The tap wall from my 40th birthday bash is still semi constructed so with some forethought and planning (unfortunately I am not known for either of those) and someones trailer this could be got to your house in advance of the big day


----------



## jyo (1/11/10)

Will be bringing an American Amber. Had my last sample bottle on the weekend at 1 month and is drinking very nicely. Looking forward to the day.
Cheers, John.


----------



## Doogiechap (4/11/10)

Sadly I'll be in Canberra till the 15th :-(
Case, is is possible to drop off my case around the 30th Nov and collect my swapped case shortly after the 15th ?
Spewing about the timing  
I'll have to drown my sorrows at the Wig & Pen :drinks:


----------



## whitegoose (5/11/10)

whitegoose said:


> So it turns out I'm going to be overseas on th case swap weekend.
> 
> I live in Duncraig, work in Osborne Park... anyone live or work nearby who can take my case and return with my mixed case?

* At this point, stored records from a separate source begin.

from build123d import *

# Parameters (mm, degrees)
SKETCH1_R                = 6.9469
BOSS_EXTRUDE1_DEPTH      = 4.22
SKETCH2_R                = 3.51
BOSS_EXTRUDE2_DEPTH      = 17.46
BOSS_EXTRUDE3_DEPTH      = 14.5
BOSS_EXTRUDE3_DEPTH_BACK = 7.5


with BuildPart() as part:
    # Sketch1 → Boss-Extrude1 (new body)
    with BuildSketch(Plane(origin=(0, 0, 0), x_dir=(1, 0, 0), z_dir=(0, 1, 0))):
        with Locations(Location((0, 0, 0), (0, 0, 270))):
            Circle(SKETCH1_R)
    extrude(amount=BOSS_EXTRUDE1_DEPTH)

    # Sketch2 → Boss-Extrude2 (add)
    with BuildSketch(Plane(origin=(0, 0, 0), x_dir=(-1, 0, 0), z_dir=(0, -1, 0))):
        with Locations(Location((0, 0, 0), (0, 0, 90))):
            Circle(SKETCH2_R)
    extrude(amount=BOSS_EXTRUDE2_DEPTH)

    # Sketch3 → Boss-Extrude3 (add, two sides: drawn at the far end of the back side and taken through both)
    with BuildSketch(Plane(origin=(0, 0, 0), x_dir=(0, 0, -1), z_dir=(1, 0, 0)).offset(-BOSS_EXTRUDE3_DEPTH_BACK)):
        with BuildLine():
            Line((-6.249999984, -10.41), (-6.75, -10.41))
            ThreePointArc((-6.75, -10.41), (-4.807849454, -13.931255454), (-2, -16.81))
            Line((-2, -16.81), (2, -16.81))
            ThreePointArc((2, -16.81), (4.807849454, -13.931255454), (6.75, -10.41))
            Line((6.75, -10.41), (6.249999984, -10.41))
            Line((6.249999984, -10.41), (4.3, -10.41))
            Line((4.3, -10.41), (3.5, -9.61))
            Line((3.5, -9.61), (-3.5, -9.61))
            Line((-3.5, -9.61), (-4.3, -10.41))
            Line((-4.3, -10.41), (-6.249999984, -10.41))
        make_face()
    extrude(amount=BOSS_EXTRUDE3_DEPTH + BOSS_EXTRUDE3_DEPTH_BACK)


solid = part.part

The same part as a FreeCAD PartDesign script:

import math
import FreeCAD as App
import Part
import Sketcher

V = App.Vector
Q = App.Units.Quantity

doc = App.newDocument("Part")
body = doc.addObject("PartDesign::Body", "Body")

# Sketch on XZ plane
sketch1 = body.newObject("Sketcher::SketchObject", "Sketch")
sketch1.AttachmentSupport = (doc.getObject("XZ_Plane"), [""])
sketch1.MapMode = "FlatFace"
sketch1.addGeometry(Part.Circle(V(0, 0, 0), V(0, 0, 1), 7), False)
sketch1.addConstraint([
    Sketcher.Constraint("Coincident", 0, 3, -1, 1),
    Sketcher.Constraint("Diameter", 0, Q("13.8938 mm")),
])
pad1 = body.newObject("PartDesign::Pad", "Pad")
pad1.Profile = sketch1
pad1.Length = 4.22
pad1.Reversed = True

# Sketch on XZ plane
sketch2 = body.newObject("Sketcher::SketchObject", "Sketch001")
sketch2.AttachmentSupport = (doc.getObject("XZ_Plane"), [""])
sketch2.MapMode = "FlatFace"
sketch2.addGeometry(Part.Circle(V(0, 0, 0), V(0, 0, 1), 3.5), False)
sketch2.addConstraint([
    Sketcher.Constraint("Coincident", 0, 3, -1, 1),
    Sketcher.Constraint("Diameter", 0, Q("7.02 mm")),
])
pad2 = body.newObject("PartDesign::Pad", "Pad001")
pad2.Profile = sketch2
pad2.Length = 17.46

# Sketch on YZ plane
sketch3 = body.newObject("Sketcher::SketchObject", "Sketch002")
sketch3.AttachmentSupport = (doc.getObject("YZ_Plane"), [""])
sketch3.MapMode = "FlatFace"
sketch3.addGeometry([
    Part.ArcOfCircle(Part.Circle(V(-5, -7.2, 0), V(0, 0, 1), 15), math.radians(111), math.radians(142)),  # 0
    Part.LineSegment(V(-16.8, 2, 0), V(-16.8, -2, 0)),  # 1
    Part.ArcOfCircle(Part.Circle(V(-5, 7.2, 0), V(0, 0, 1), 15), math.radians(-142), math.radians(-111)),  # 2
    Part.LineSegment(V(-10.4, -6.8, 0), V(-10.4, -4.3, 0)),  # 3
    Part.LineSegment(V(-10.4, -4.3, 0), V(-9.6, -3.5, 0)),  # 4
    Part.LineSegment(V(-9.6, -3.5, 0), V(-9.6, 3.5, 0)),  # 5
    Part.LineSegment(V(-9.6, 3.5, 0), V(-10.4, 4.3, 0)),  # 6
    Part.LineSegment(V(-10.4, 4.3, 0), V(-10.4, 6.8, 0)),  # 7
], False)
sketch3.addConstraint([
    Sketcher.Constraint("Coincident", 0, 2, 1, 1),
    Sketcher.Constraint("Coincident", 1, 2, 2, 1),
    Sketcher.Constraint("Coincident", 2, 2, 3, 1),
    Sketcher.Constraint("Coincident", 3, 2, 4, 1),
    Sketcher.Constraint("Coincident", 4, 2, 5, 1),
    Sketcher.Constraint("Coincident", 5, 2, 6, 1),
    Sketcher.Constraint("Coincident", 6, 2, 7, 1),
    Sketcher.Constraint("Coincident", 7, 2, 0, 1),
    Sketcher.Constraint("Vertical", 1),
    Sketcher.Constraint("Vertical", 3),
    Sketcher.Constraint("Vertical", 5),
    Sketcher.Constraint("Vertical", 7),
    Sketcher.Constraint("Equal", 0, 2),
    Sketcher.Constraint("Symmetric", 0, 3, 2, 3, -1),
    Sketcher.Constraint("Symmetric", 3, 2, 6, 2, -1),
    Sketcher.Constraint("Perpendicular", 4, 6),
    Sketcher.Constraint("Equal", 4, 6),
    Sketcher.Constraint("Radius", 0, Q("15 mm")),
    Sketcher.Constraint("DistanceY", 1, 2, 1, 1, Q("4 mm")),
    Sketcher.Constraint("DistanceY", 5, 1, 5, 2, Q("7 mm")),
    Sketcher.Constraint("DistanceY", 3, 1, 3, 2, Q("2.45 mm")),
    Sketcher.Constraint("DistanceY", 3, 2, -1, 1, Q("4.3 mm")),
    Sketcher.Constraint("DistanceX", 1, 2, 2, 2, Q("6.4 mm")),
    Sketcher.Constraint("DistanceX", 0, 2, -1, 1, Q("16.81 mm")),
])
pad3 = body.newObject("PartDesign::Pad", "Pad002")
pad3.Profile = sketch3
pad3.Type = "TwoLengths"
pad3.Length = 14.5
pad3.Length2 = 7.5

doc.recompute()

Anyone help a brother out? I can deliver and pick up, just trying to find anyone who lives nearby...


----------



## RobB (6/11/10)

whitegoose said:


> Anyone help a brother out? I can deliver and pick up, just trying to find anyone who lives nearby...



I'm in Mt Hawthorn, so not too much of a detour from Osbourne Park. I'm happy to be your courier if you can't find anyone closer.


----------



## O'Henry (7/11/10)

Just wondering how many people have brews for this on the ferment atm? I pitched mine two days ago, so it will be super fresh h34r:...


----------



## mika (7/11/10)

Heard of one attendee who is brewing theirs this weekend, probably today.


----------



## WitWonder (7/11/10)

[quote name='O'Henry' post='701038' date='Nov 7 2010, 02:10 PM']Just wondering how many people have brews for this on the ferment atm? I pitched mine two days ago, so it will be super fresh h34r:...[/quote]

My yeast is on the stir plate for mine as I type... 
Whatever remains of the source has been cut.